_What the task asks_. Count every line of the data that includes "dimension". State only the number.

_Material provided_.
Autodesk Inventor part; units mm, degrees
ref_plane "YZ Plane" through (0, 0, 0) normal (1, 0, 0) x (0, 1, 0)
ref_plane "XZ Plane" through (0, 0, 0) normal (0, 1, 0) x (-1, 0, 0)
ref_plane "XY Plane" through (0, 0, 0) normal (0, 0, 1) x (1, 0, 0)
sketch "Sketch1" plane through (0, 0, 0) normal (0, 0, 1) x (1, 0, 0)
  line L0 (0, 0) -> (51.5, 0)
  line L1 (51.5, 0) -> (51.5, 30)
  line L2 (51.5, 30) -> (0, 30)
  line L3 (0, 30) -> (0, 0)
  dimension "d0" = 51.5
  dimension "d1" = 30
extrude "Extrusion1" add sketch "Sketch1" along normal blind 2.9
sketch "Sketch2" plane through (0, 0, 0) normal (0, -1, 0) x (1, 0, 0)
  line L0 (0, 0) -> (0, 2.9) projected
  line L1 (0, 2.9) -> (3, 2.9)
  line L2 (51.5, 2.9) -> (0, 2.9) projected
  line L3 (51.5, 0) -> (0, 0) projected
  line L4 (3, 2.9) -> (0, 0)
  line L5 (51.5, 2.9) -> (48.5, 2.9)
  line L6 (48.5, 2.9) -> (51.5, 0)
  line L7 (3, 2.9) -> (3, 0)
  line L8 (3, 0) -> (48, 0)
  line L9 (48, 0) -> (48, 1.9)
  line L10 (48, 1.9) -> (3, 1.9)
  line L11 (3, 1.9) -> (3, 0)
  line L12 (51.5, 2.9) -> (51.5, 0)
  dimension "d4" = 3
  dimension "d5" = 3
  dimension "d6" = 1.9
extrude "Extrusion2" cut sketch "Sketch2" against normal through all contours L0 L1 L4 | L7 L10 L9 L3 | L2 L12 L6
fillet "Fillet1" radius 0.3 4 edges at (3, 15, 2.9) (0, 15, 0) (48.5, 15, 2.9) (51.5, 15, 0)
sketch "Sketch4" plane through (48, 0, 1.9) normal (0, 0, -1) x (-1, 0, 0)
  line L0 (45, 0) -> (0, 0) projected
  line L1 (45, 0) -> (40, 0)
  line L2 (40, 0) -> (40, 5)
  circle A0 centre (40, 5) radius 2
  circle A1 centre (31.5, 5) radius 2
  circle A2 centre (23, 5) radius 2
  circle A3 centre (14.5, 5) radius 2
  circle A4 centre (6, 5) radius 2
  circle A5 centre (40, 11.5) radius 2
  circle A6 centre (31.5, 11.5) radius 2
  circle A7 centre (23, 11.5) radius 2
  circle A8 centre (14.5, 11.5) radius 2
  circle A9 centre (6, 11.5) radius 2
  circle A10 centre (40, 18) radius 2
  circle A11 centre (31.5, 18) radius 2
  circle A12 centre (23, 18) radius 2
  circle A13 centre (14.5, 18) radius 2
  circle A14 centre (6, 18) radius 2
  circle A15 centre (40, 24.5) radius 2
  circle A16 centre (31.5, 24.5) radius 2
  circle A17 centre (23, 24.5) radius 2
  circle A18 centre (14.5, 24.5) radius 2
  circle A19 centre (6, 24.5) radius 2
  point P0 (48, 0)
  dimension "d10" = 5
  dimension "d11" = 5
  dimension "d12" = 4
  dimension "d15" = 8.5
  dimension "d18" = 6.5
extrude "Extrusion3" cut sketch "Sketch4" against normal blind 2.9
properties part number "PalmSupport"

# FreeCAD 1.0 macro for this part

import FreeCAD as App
import Part
import Sketcher
from FreeCAD import Vector


def edges_at(feature, points):
    """Names of the edges that pass closest to the given points."""
    edges = feature.Shape.Edges
    near = lambda p: min(range(len(edges)), key=lambda i: edges[i].distToShape(Part.Vertex(*p))[0])
    return sorted({f"Edge{near(p) + 1}" for p in points})

doc = App.newDocument("Part")
body = doc.addObject("PartDesign::Body", "Body")

# Sketch on XY plane
sketch1 = doc.addObject("Sketcher::SketchObject", "Sketch")
body.addObject(sketch1)
sketch1.AttachmentSupport = (doc.XY_Plane, [""])
sketch1.MapMode = "FlatFace"
sketch1.addGeometry([
    Part.LineSegment(Vector(0, 30, 0), Vector(0, 0, 0)),
    Part.LineSegment(Vector(0, 0, 0), Vector(52, 0, 0)),
    Part.LineSegment(Vector(52, 0, 0), Vector(52, 30, 0)),
    Part.LineSegment(Vector(52, 30, 0), Vector(0, 30, 0)),
], False)
sketch1.addConstraint([
    Sketcher.Constraint("Coincident", 0, 2, 1, 1),
    Sketcher.Constraint("Coincident", 1, 2, 2, 1),
    Sketcher.Constraint("Coincident", 2, 2, 3, 1),
    Sketcher.Constraint("Coincident", 3, 2, 0, 1),
    Sketcher.Constraint("Vertical", 0),
    Sketcher.Constraint("Horizontal", 1),
    Sketcher.Constraint("Vertical", 2),
    Sketcher.Constraint("Horizontal", 3),
    Sketcher.Constraint("Coincident", 0, 2, -1, 1),
    Sketcher.Constraint("DistanceY", 0, 2, 0, 1, 30.0),
    Sketcher.Constraint("DistanceX", 1, 1, 1, 2, 51.5),
])
pad1 = doc.addObject("PartDesign::Pad", "Pad")
body.addObject(pad1)
pad1.Profile = sketch1
pad1.Length = 2.9

# Sketch on XZ plane
sketch2 = doc.addObject("Sketcher::SketchObject", "Sketch001")
body.addObject(sketch2)
sketch2.AttachmentSupport = (doc.XZ_Plane, [""])
sketch2.MapMode = "FlatFace"
sketch2.addGeometry([
    Part.LineSegment(Vector(0, 2.9, 0), Vector(0, 0, 0)),  # 0
    Part.LineSegment(Vector(0, 0, 0), Vector(3, 2.9, 0)),  # 1
    Part.LineSegment(Vector(3, 2.9, 0), Vector(0, 2.9, 0)),  # 2
    Part.LineSegment(Vector(3, 1.9, 0), Vector(3, 0, 0)),  # 3
    Part.LineSegment(Vector(3, 0, 0), Vector(48, 0, 0)),  # 4
    Part.LineSegment(Vector(48, 0, 0), Vector(48, 1.9, 0)),  # 5
    Part.LineSegment(Vector(48, 1.9, 0), Vector(3, 1.9, 0)),  # 6
    Part.LineSegment(Vector(51.5, 2.9, 0), Vector(48.5, 2.9, 0)),  # 7
    Part.LineSegment(Vector(48.5, 2.9, 0), Vector(51.5, 0, 0)),  # 8
    Part.LineSegment(Vector(51.5, 0, 0), Vector(51.5, 2.9, 0)),  # 9
], False)
sketch2.addConstraint([
    Sketcher.Constraint("Coincident", 0, 2, 1, 1),
    Sketcher.Constraint("Coincident", 1, 2, 2, 1),
    Sketcher.Constraint("Coincident", 2, 2, 0, 1),
    Sketcher.Constraint("Coincident", 3, 2, 4, 1),
    Sketcher.Constraint("Coincident", 4, 2, 5, 1),
    Sketcher.Constraint("Coincident", 5, 2, 6, 1),
    Sketcher.Constraint("Coincident", 6, 2, 3, 1),
    Sketcher.Constraint("Coincident", 7, 2, 8, 1),
    Sketcher.Constraint("Coincident", 8, 2, 9, 1),
    Sketcher.Constraint("Coincident", 9, 2, 7, 1),
    Sketcher.Constraint("Vertical", 0),
    Sketcher.Constraint("Horizontal", 2),
    Sketcher.Constraint("Vertical", 3),
    Sketcher.Constraint("Horizontal", 4),
    Sketcher.Constraint("Vertical", 5),
    Sketcher.Constraint("Horizontal", 6),
    Sketcher.Constraint("Horizontal", 7),
    Sketcher.Constraint("Vertical", 9),
    Sketcher.Constraint("Coincident", 0, 2, -1, 1),
    Sketcher.Constraint("PointOnObject", 3, 2, -1),
    Sketcher.Constraint("PointOnObject", 8, 2, -1),
    Sketcher.Constraint("Horizontal", 2, 2, 7, 2),
    Sketcher.Constraint("Vertical", 1, 2, 3, 2),
    Sketcher.Constraint("Equal", 2, 7),
    Sketcher.Constraint("DistanceX", 2, 2, 2, 1, 3.0),
    Sketcher.Constraint("DistanceY", 3, 2, 3, 1, 1.9),
    Sketcher.Constraint("DistanceX", 4, 1, 4, 2, 45.0),
    Sketcher.Constraint("DistanceY", 0, 2, 0, 1, 2.9),
    Sketcher.Constraint("DistanceX", -1, 1, 7, 2, 48.5),
])
pocket1 = doc.addObject("PartDesign::Pocket", "Pocket")
body.addObject(pocket1)
pocket1.Profile = sketch2
pocket1.Type = "ThroughAll"
doc.recompute()

fillet = doc.addObject("PartDesign::Fillet", "Fillet")
body.addObject(fillet)
fillet.Base = (pocket1, edges_at(pocket1, [
    (3, 15, 2.9),
    (0, 15, 0),
    (48.5, 15, 2.9),
    (51.5, 15, 0),
]))
fillet.Radius = 0.3

# Sketch on XY plane
sketch3 = doc.addObject("Sketcher::SketchObject", "Sketch002")
body.addObject(sketch3)
sketch3.AttachmentSupport = (doc.XY_Plane, [""])
sketch3.MapMode = "FlatFace"
sketch3.AttachmentOffset = App.Placement(Vector(0, 0, 1.9), App.Rotation())
sketch3.addGeometry([
    Part.Circle(Vector(8, 5, 0), Vector(0, 0, 1), 2),  # 0
    Part.Circle(Vector(16.5, 5, 0), Vector(0, 0, 1), 2),  # 1
    Part.Circle(Vector(25, 5, 0), Vector(0, 0, 1), 2),  # 2
    Part.Circle(Vector(33.5, 5, 0), Vector(0, 0, 1), 2),  # 3
    Part.Circle(Vector(42, 5, 0), Vector(0, 0, 1), 2),  # 4
    Part.Circle(Vector(8, 11.5, 0), Vector(0, 0, 1), 2),  # 5
    Part.Circle(Vector(16.5, 11.5, 0), Vector(0, 0, 1), 2),  # 6
    Part.Circle(Vector(25, 11.5, 0), Vector(0, 0, 1), 2),  # 7
    Part.Circle(Vector(33.5, 11.5, 0), Vector(0, 0, 1), 2),  # 8
    Part.Circle(Vector(42, 11.5, 0), Vector(0, 0, 1), 2),  # 9
    Part.Circle(Vector(8, 18, 0), Vector(0, 0, 1), 2),  # 10
    Part.Circle(Vector(16.5, 18, 0), Vector(0, 0, 1), 2),  # 11
    Part.Circle(Vector(25, 18, 0), Vector(0, 0, 1), 2),  # 12
    Part.Circle(Vector(33.5, 18, 0), Vector(0, 0, 1), 2),  # 13
    Part.Circle(Vector(42, 18, 0), Vector(0, 0, 1), 2),  # 14
    Part.Circle(Vector(8, 24.5, 0), Vector(0, 0, 1), 2),  # 15
    Part.Circle(Vector(16.5, 24.5, 0), Vector(0, 0, 1), 2),  # 16
    Part.Circle(Vector(25, 24.5, 0), Vector(0, 0, 1), 2),  # 17
    Part.Circle(Vector(33.5, 24.5, 0), Vector(0, 0, 1), 2),  # 18
    Part.Circle(Vector(42, 24.5, 0), Vector(0, 0, 1), 2),  # 19
], False)
sketch3.addConstraint([
    Sketcher.Constraint("Equal", 0, 1),
    Sketcher.Constraint("Equal", 1, 2),
    Sketcher.Constraint("Equal", 2, 3),
    Sketcher.Constraint("Equal", 3, 4),
    Sketcher.Constraint("Equal", 4, 5),
    Sketcher.Constraint("Equal", 5, 6),
    Sketcher.Constraint("Equal", 6, 7),
    Sketcher.Constraint("Equal", 7, 8),
    Sketcher.Constraint("Equal", 8, 9),
    Sketcher.Constraint("Equal", 9, 10),
    Sketcher.Constraint("Equal", 10, 11),
    Sketcher.Constraint("Equal", 11, 12),
    Sketcher.Constraint("Equal", 12, 13),
    Sketcher.Constraint("Equal", 13, 14),
    Sketcher.Constraint("Equal", 14, 15),
    Sketcher.Constraint("Equal", 15, 16),
    Sketcher.Constraint("Equal", 16, 17),
    Sketcher.Constraint("Equal", 17, 18),
    Sketcher.Constraint("Equal", 18, 19),
    Sketcher.Constraint("Horizontal", 0, 3, 1, 3),
    Sketcher.Constraint("Horizontal", 1, 3, 2, 3),
    Sketcher.Constraint("Horizontal", 2, 3, 3, 3),
    Sketcher.Constraint("Horizontal", 3, 3, 4, 3),
    Sketcher.Constraint("Horizontal", 5, 3, 6, 3),
    Sketcher.Constraint("Horizontal", 6, 3, 7, 3),
    Sketcher.Constraint("Horizontal", 7, 3, 8, 3),
    Sketcher.Constraint("Horizontal", 8, 3, 9, 3),
    Sketcher.Constraint("Horizontal", 10, 3, 11, 3),
    Sketcher.Constraint("Horizontal", 11, 3, 12, 3),
    Sketcher.Constraint("Horizontal", 12, 3, 13, 3),
    Sketcher.Constraint("Horizontal", 13, 3, 14, 3),
    Sketcher.Constraint("Horizontal", 15, 3, 16, 3),
    Sketcher.Constraint("Horizontal", 16, 3, 17, 3),
    Sketcher.Constraint("Horizontal", 17, 3, 18, 3),
    Sketcher.Constraint("Horizontal", 18, 3, 19, 3),
    Sketcher.Constraint("Vertical", 0, 3, 5, 3),
    Sketcher.Constraint("Vertical", 1, 3, 6, 3),
    Sketcher.Constraint("Vertical", 2, 3, 7, 3),
    Sketcher.Constraint("Vertical", 3, 3, 8, 3),
    Sketcher.Constraint("Vertical", 4, 3, 9, 3),
    Sketcher.Constraint("Vertical", 5, 3, 10, 3),
    Sketcher.Constraint("Vertical", 6, 3, 11, 3),
    Sketcher.Constraint("Vertical", 7, 3, 12, 3),
    Sketcher.Constraint("Vertical", 8, 3, 13, 3),
    Sketcher.Constraint("Vertical", 9, 3, 14, 3),
    Sketcher.Constraint("Vertical", 10, 3, 15, 3),
    Sketcher.Constraint("Vertical", 11, 3, 16, 3),
    Sketcher.Constraint("Vertical", 12, 3, 17, 3),
    Sketcher.Constraint("Vertical", 13, 3, 18, 3),
    Sketcher.Constraint("Vertical", 14, 3, 19, 3),
    Sketcher.Constraint("Diameter", 0, 4.0),
    Sketcher.Constraint("DistanceY", -1, 1, 0, 3, 5.0),
    Sketcher.Constraint("DistanceX", 0, 3, 1, 3, 8.5),
    Sketcher.Constraint("DistanceX", 1, 3, 2, 3, 8.5),
    Sketcher.Constraint("DistanceX", 2, 3, 3, 3, 8.5),
    Sketcher.Constraint("DistanceX", 3, 3, 4, 3, 8.5),
    Sketcher.Constraint("DistanceY", 0, 3, 5, 3, 6.5),
    Sketcher.Constraint("DistanceY", 5, 3, 10, 3, 6.5),
    Sketcher.Constraint("DistanceY", 10, 3, 15, 3, 6.5),
    Sketcher.Constraint("DistanceX", -1, 1, 0, 3, 8.0),
])
pocket2 = doc.addObject("PartDesign::Pocket", "Pocket001")
body.addObject(pocket2)
pocket2.Profile = sketch3
pocket2.Length = 2.9
pocket2.Reversed = True

doc.recompute()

_Response below_. 10